*** Begin section ***

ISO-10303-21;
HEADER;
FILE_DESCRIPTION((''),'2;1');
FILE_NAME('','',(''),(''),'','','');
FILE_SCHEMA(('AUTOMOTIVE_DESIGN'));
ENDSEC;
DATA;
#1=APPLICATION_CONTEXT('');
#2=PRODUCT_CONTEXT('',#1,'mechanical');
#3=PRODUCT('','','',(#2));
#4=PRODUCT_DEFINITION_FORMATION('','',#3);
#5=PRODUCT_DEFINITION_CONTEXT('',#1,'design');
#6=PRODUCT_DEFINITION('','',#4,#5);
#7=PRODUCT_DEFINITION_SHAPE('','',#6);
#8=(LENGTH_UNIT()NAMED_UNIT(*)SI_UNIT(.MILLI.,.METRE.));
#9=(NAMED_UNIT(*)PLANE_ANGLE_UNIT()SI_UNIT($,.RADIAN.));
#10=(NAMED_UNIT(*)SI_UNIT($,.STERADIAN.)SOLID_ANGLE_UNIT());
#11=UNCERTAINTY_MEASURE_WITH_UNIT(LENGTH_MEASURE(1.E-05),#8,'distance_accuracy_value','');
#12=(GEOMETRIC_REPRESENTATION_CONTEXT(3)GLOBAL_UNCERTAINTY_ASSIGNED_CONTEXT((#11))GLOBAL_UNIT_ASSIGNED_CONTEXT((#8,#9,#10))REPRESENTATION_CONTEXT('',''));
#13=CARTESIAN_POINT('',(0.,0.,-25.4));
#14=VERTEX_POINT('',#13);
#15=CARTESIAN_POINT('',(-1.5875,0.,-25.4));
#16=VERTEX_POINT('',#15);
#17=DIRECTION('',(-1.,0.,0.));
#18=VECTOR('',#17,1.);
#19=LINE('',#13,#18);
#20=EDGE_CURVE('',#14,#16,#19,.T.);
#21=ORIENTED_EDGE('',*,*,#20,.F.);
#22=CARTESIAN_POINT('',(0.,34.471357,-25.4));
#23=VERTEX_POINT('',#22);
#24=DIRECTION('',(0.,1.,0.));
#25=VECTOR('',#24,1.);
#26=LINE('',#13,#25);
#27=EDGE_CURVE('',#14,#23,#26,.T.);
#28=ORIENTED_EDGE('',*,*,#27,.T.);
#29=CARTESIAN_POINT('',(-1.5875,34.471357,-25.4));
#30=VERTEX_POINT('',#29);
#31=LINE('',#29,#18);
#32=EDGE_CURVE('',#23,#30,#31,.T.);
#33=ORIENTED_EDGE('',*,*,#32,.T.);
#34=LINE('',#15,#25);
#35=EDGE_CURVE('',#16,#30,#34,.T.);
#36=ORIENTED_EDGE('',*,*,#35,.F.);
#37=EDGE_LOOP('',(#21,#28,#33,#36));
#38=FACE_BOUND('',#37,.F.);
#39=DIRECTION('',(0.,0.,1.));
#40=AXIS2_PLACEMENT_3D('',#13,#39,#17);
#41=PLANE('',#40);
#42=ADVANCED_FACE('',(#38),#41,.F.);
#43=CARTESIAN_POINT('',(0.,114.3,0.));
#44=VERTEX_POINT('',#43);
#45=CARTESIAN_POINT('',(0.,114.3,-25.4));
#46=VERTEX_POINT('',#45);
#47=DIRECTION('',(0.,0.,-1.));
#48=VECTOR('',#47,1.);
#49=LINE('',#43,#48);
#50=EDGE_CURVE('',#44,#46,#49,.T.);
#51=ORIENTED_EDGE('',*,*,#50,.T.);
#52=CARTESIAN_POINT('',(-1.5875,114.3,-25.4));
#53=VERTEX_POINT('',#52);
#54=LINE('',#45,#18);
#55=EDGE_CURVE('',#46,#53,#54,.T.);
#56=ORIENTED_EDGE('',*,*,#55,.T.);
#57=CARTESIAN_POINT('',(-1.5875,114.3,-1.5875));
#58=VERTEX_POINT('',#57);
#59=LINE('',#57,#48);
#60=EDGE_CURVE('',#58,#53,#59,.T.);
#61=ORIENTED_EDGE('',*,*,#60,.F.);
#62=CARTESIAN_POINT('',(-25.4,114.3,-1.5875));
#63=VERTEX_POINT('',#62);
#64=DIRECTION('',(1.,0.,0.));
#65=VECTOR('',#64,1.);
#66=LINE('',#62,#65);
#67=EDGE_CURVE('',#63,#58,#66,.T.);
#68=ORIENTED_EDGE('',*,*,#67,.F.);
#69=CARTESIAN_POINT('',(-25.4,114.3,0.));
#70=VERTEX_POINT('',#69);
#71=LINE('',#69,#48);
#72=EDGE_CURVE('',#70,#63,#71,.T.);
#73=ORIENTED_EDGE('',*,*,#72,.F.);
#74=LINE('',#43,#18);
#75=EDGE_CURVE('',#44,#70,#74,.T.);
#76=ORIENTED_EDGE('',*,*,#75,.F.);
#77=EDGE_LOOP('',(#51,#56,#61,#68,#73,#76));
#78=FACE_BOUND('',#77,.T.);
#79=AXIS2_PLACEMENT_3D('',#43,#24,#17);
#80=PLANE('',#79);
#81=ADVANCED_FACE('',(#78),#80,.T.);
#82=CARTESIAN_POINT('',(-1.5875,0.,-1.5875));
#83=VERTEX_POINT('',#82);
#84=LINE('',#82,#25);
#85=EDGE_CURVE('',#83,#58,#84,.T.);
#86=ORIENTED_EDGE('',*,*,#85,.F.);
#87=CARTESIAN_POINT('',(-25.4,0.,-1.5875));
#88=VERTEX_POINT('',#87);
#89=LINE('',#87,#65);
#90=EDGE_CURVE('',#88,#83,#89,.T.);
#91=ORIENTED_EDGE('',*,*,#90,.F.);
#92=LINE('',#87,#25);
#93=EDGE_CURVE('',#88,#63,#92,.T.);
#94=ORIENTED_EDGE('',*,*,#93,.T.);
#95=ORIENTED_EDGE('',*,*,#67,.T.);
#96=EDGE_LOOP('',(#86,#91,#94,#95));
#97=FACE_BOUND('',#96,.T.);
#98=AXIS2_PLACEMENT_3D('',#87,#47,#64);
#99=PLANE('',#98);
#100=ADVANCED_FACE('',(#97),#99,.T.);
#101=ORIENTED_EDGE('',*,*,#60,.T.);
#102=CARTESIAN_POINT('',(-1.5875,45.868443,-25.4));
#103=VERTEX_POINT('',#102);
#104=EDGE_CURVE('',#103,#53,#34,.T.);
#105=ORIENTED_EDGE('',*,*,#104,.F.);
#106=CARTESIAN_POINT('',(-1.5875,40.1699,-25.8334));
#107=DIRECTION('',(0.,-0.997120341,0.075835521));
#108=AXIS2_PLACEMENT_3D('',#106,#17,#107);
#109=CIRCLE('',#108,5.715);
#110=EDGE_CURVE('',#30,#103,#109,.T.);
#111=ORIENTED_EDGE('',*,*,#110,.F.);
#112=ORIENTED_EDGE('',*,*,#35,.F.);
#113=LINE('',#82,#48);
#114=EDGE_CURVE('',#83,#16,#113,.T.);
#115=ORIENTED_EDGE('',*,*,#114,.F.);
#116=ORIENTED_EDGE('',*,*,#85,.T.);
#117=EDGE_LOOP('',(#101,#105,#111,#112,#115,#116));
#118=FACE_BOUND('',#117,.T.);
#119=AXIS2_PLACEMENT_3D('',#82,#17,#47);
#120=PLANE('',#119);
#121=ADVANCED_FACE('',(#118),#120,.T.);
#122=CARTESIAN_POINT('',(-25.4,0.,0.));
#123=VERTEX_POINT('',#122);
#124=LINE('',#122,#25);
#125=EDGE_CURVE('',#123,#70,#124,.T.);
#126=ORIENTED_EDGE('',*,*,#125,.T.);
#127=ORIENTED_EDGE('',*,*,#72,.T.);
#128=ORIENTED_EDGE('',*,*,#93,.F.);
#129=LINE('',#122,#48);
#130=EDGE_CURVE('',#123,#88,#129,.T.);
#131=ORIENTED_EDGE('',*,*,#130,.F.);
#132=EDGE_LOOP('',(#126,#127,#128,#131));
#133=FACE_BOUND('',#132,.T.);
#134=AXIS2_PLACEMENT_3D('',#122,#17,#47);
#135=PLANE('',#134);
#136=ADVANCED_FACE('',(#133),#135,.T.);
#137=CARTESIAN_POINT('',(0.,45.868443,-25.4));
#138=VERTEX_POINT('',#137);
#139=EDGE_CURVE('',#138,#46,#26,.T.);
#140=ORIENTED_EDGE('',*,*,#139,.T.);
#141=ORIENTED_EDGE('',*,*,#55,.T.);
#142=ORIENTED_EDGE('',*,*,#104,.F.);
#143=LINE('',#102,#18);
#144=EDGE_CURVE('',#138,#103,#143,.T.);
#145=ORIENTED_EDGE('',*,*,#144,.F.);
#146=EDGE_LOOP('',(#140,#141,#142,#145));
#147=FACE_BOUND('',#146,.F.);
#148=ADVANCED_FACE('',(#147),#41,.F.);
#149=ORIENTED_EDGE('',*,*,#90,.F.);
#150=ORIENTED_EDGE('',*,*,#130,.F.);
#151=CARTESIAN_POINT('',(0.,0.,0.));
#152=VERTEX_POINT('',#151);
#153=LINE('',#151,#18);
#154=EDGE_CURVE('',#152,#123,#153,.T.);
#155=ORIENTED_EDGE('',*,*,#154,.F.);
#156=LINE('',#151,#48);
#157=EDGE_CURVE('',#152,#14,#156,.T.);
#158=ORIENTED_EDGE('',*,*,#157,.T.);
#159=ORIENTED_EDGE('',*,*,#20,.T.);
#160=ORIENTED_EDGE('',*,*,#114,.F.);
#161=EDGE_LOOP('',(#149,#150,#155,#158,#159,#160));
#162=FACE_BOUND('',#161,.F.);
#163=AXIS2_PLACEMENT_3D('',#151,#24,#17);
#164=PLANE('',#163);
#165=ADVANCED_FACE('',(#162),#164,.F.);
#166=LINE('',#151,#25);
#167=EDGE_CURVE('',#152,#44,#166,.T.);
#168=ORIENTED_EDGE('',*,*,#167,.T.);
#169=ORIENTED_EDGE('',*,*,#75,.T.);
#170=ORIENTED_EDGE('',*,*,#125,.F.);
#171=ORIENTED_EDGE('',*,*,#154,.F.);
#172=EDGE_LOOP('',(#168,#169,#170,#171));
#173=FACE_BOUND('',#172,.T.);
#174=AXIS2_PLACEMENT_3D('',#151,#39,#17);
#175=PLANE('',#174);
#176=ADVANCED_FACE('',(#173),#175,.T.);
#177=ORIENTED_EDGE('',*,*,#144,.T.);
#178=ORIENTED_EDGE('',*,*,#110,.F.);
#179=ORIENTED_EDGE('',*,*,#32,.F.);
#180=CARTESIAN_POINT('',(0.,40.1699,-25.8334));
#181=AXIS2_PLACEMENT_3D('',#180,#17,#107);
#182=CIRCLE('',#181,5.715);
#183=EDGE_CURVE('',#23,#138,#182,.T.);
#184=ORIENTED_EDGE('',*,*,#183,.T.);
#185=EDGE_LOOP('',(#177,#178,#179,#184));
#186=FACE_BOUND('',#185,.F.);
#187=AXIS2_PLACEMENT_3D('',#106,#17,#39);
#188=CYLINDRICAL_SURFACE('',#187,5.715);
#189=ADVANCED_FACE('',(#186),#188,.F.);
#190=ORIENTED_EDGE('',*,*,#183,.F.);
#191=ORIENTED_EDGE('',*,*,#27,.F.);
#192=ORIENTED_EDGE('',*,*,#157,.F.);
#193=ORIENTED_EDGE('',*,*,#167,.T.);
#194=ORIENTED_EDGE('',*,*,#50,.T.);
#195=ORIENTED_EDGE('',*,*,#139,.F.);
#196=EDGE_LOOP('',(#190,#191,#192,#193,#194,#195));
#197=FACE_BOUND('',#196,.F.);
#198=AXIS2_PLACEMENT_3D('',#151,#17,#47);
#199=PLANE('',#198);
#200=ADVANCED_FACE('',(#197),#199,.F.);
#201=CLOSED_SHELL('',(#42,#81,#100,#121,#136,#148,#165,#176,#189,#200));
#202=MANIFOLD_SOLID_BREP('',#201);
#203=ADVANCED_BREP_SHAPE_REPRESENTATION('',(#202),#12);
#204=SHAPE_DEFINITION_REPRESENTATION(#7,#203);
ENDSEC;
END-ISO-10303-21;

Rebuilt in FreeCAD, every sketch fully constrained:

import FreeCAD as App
import Part
import Sketcher
Q = App.Units.Quantity

doc = App.newDocument("Part")
params = doc.addObject("Spreadsheet::Sheet", "Params")
for row, (alias, value) in enumerate([
    ("sketch1_width", "1 in"),
    ("sketch1_width2", "0.0625 in"),
    ("pad1_length", "4.5 in"),
    ("sketch2_diameter", "0.45 in"),
    ("pocket1_length", "1.8125 in"),
], start=1):
    params.set(f"A{row}", alias)
    params.set(f"B{row}", "=" + value)
    params.setAlias(f"B{row}", alias)

body = doc.addObject("PartDesign::Body", "Body")

sketch1 = body.newObject("Sketcher::SketchObject", "Sketch")
sketch1.AttachmentSupport = (doc.getObject("XZ_Plane"), [""])
sketch1.MapMode = "FlatFace"
sketch1.addGeometry([
    Part.LineSegment(App.Vector(-25.4, 0, 0), App.Vector(0, 0, 0)),
    Part.LineSegment(App.Vector(0, 0, 0), App.Vector(0, -25.4, 0)),
    Part.LineSegment(App.Vector(0, -25.4, 0), App.Vector(-1.5875, -25.4, 0)),
    Part.LineSegment(App.Vector(-1.5875, -25.4, 0), App.Vector(-1.5875, -1.5875, 0)),
    Part.LineSegment(App.Vector(-1.5875, -1.5875, 0), App.Vector(-25.4, -1.5875, 0)),
    Part.LineSegment(App.Vector(-25.4, -1.5875, 0), App.Vector(-25.4, 0, 0)),
], False)
sketch1.addConstraint([
    Sketcher.Constraint("Coincident", 0, 2, 1, 1),
    Sketcher.Constraint("Coincident", 1, 2, 2, 1),
    Sketcher.Constraint("Coincident", 2, 2, 3, 1),
    Sketcher.Constraint("Coincident", 3, 2, 4, 1),
    Sketcher.Constraint("Coincident", 4, 2, 5, 1),
    Sketcher.Constraint("Coincident", 5, 2, 0, 1),
    Sketcher.Constraint("Horizontal", 0),
    Sketcher.Constraint("Vertical", 1),
    Sketcher.Constraint("Horizontal", 2),
    Sketcher.Constraint("Vertical", 3),
    Sketcher.Constraint("Horizontal", 4),
    Sketcher.Constraint("Vertical", 5),
    Sketcher.Constraint("Coincident", 0, 2, -1, 1),
    Sketcher.Constraint("Equal", 0, 1),
    Sketcher.Constraint("Equal", 4, 3),
    Sketcher.Constraint("DistanceX", 0, 1, 0, 2, Q("1 in")),
    Sketcher.Constraint("DistanceX", 2, 2, 2, 1, Q("0.0625 in")),
])
sketch1.setExpression("Constraints[15]", "Params.sketch1_width")
sketch1.setExpression("Constraints[16]", "Params.sketch1_width2")
pad1 = body.newObject("PartDesign::Pad", "Pad")
pad1.Profile = sketch1
pad1.setExpression("Length", "Params.pad1_length")
pad1.Reversed = True

sketch2 = body.newObject("Sketcher::SketchObject", "Sketch001")
sketch2.AttachmentSupport = (doc.getObject("YZ_Plane"), [""])
sketch2.MapMode = "FlatFace"
sketch2.AttachmentOffset = App.Placement(App.Vector(0, 0, -0.0625 * 25.4), App.Rotation())
sketch2.addGeometry(Part.Circle(App.Vector(40.1699, -25.8334, 0), App.Vector(0, 0, 1), 5.715), False)
sketch2.addConstraint([
    Sketcher.Constraint("Diameter", 0, Q("0.45 in")),
    Sketcher.Constraint("DistanceX", -1, 1, 0, 3, Q("1.5815 in")),
    Sketcher.Constraint("DistanceY", 0, 3, -1, 1, 25.8334),
])
sketch2.setExpression("Constraints[0]", "Params.sketch2_diameter")
pocket1 = body.newObject("PartDesign::Pocket", "Pocket")
pocket1.Profile = sketch2
pocket1.setExpression("Length", "Params.pocket1_length")
pocket1.Reversed = True

doc.recompute()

*** End section ***

[Work to complete] Output the lines above between the one holding "#154=EDGE_CURVE('',#152,#123,#153,.T.);" and the one holding "#175=PLANE('',#174);", inclusive, with nothing before or after them.

[Worked solution]
#154=EDGE_CURVE('',#152,#123,#153,.T.);
#155=ORIENTED_EDGE('',*,*,#154,.F.);
#156=LINE('',#151,#48);
#157=EDGE_CURVE('',#152,#14,#156,.T.);
#158=ORIENTED_EDGE('',*,*,#157,.T.);
#159=ORIENTED_EDGE('',*,*,#20,.T.);
#160=ORIENTED_EDGE('',*,*,#114,.F.);
#161=EDGE_LOOP('',(#149,#150,#155,#158,#159,#160));
#162=FACE_BOUND('',#161,.F.);
#163=AXIS2_PLACEMENT_3D('',#151,#24,#17);
#164=PLANE('',#163);
#165=ADVANCED_FACE('',(#162),#164,.F.);
#166=LINE('',#151,#25);
#167=EDGE_CURVE('',#152,#44,#166,.T.);
#168=ORIENTED_EDGE('',*,*,#167,.T.);
#169=ORIENTED_EDGE('',*,*,#75,.T.);
#170=ORIENTED_EDGE('',*,*,#125,.F.);
#171=ORIENTED_EDGE('',*,*,#154,.F.);
#172=EDGE_LOOP('',(#168,#169,#170,#171));
#173=FACE_BOUND('',#172,.T.);
#174=AXIS2_PLACEMENT_3D('',#151,#39,#17);
#175=PLANE('',#174);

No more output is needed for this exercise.